Use of Non-GAAP Financial Measures
We report financial results in accordance with U.S. generally accepted accounting principles (“GAAP”). We also present adjusted EBITDA and distributable cash flow, each a non-GAAP financial measure.  We define adjusted EBITDA as net income or loss, plus interest expense, income tax expense, depreciation and amortization, our proportional adjusted EBITDA for equity method investees, adjustments related to MVC shortfall payments, adjustments related to capital reimbursement activity, unit-based and noncash compensation, the change in the Deferred Purchase Price Obligation fair value, early extinguishment of debt expense, impairments and other noncash expenses or losses, less interest income, income tax benefit, income (loss) from equity method investees and other noncash income or gains.  We define distributable cash flow as adjusted EBITDA plus cash interest received and cash taxes received, less cash interest paid, senior notes interest adjustment, distributions to Series A Preferred unitholders, Series A Preferred units distribution adjustment, cash taxes paid and maintenance capital expenditures.  Because adjusted EBITDA and distributable cash flow may be defined differently by other entities in our industry, our definitions of these non-GAAP financial measures may not be comparable to similarly titled measures of other entities, thereby diminishing their utility.

Management uses these non-GAAP financial measures in making financial, operating and planning decisions and in evaluating our financial performance.  Furthermore, management believes that these non-GAAP financial measures may provide external users of our financial statements, such as investors, commercial banks, research analysts and others, with additional meaningful comparisons between current results and results of prior periods as they are expected to be reflective of our core ongoing business.

Adjusted EBITDA and distributable cash flow are used as supplemental financial measures by external users of our financial statements such as investors, commercial banks, research analysts and others.

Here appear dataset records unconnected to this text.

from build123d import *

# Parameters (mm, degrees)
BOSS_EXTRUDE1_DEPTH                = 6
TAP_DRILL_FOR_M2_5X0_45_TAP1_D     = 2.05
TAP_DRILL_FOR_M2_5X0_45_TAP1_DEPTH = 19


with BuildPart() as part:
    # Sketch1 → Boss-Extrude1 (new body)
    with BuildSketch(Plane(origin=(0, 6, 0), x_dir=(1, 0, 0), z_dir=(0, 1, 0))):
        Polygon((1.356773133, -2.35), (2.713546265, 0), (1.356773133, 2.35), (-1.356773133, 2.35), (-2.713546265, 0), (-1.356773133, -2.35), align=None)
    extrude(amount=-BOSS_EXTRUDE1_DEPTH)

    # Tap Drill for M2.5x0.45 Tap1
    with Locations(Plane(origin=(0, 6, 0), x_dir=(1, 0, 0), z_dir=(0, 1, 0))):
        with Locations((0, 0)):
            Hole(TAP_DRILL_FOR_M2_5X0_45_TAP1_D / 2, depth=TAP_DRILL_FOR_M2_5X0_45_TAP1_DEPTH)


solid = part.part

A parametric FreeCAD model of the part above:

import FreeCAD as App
import Part
import Sketcher

V = App.Vector
Q = App.Units.Quantity

doc = App.newDocument("Part")
body = doc.addObject("PartDesign::Body", "Body")

sketch1 = body.newObject("Sketcher::SketchObject", "Sketch")
sketch1.AttachmentSupport = (doc.getObject("XZ_Plane"), [""])
sketch1.MapMode = "FlatFace"
sketch1.AttachmentOffset = App.Placement(V(0, 0, -6), App.Rotation())
sketch1.addGeometry([
    Part.LineSegment(V(1.356773, 2.35, 0), V(2.713546, 0, 0)),
    Part.LineSegment(V(2.713546, 0, 0), V(1.356773, -2.35, 0)),
    Part.LineSegment(V(1.356773, -2.35, 0), V(-1.356773, -2.35, 0)),
    Part.LineSegment(V(-1.356773, -2.35, 0), V(-2.713546, 0, 0)),
    Part.LineSegment(V(-2.713546, 0, 0), V(-1.356773, 2.35, 0)),
    Part.LineSegment(V(-1.356773, 2.35, 0), V(1.356773, 2.35, 0)),
], False)
sketch1.addConstraint([
    Sketcher.Constraint("Coincident", 0, 2, 1, 1),
    Sketcher.Constraint("Coincident", 1, 2, 2, 1),
    Sketcher.Constraint("Coincident", 2, 2, 3, 1),
    Sketcher.Constraint("Coincident", 3, 2, 4, 1),
    Sketcher.Constraint("Coincident", 4, 2, 5, 1),
    Sketcher.Constraint("Coincident", 5, 2, 0, 1),
    Sketcher.Constraint("Horizontal", 2),
    Sketcher.Constraint("Horizontal", 5),
    Sketcher.Constraint("Symmetric", 0, 2, 3, 2, -1, 1),
    Sketcher.Constraint("Symmetric", 1, 2, 4, 2, -1, 1),
    Sketcher.Constraint("PointOnObject", 0, 2, -1),
    Sketcher.Constraint("Parallel", 0, 3),
    Sketcher.Constraint("Vertical", 2, 2, 4, 2),
    Sketcher.Constraint("Angle", 0, Q("-60 deg")),
    Sketcher.Constraint("DistanceY", 2, 2, 4, 2, Q("4.7 mm")),
    Sketcher.Constraint("DistanceX", 2, 2, 2, 1, Q("2.713546 mm")),
])
pad1 = body.newObject("PartDesign::Pad", "Pad")
pad1.Profile = sketch1
pad1.Length = 6

sketch2 = body.newObject("Sketcher::SketchObject", "Sketch001")
sketch2.AttachmentSupport = (doc.getObject("XZ_Plane"), [""])
sketch2.MapMode = "FlatFace"
sketch2.AttachmentOffset = App.Placement(V(0, 0, -6), App.Rotation())
sketch2.addGeometry(Part.Circle(V(0, 0, 0), V(0, 0, 1), 1.025), False)
sketch2.addConstraint([
    Sketcher.Constraint("Coincident", 0, 3, -1, 1),
    Sketcher.Constraint("Diameter", 0, Q("2.05 mm")),
])
doc.recompute()
hole = body.newObject("PartDesign::Hole", "Hole")
hole.Profile = sketch2
hole.ThreadType = "None"
hole.Diameter = 2.05
hole.DepthType = "Dimension"
hole.Depth = 19
hole.DrillPoint = "Flat"
hole.Reversed = True

doc.recompute()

Adjusted EBITDA is used to assess:

  • the ability of our assets to generate cash sufficient to make cash distributions and support our indebtedness;
  • the financial performance of our assets without regard to financing methods, capital structure or historical cost basis;
  • our operating performance and return on capital as compared to those of other entities in the midstream energy sector, without regard to financing or capital structure;
  • the attractiveness of capital projects and acquisitions and the overall rates of return on alternative investment opportunities; and
  • the financial performance of our assets without regard to (i) income or loss from equity method investees, (ii) the impact of the timing of minimum volume commitments shortfall payments under our gathering agreements or (iii) the timing of impairments or other noncash income or expense items.

Distributable cash flow is used to assess:

  • the ability of our assets to generate cash sufficient to make future cash distributions and
  • the attractiveness of capital projects and acquisitions and the overall rates of return on alternative investment opportunities.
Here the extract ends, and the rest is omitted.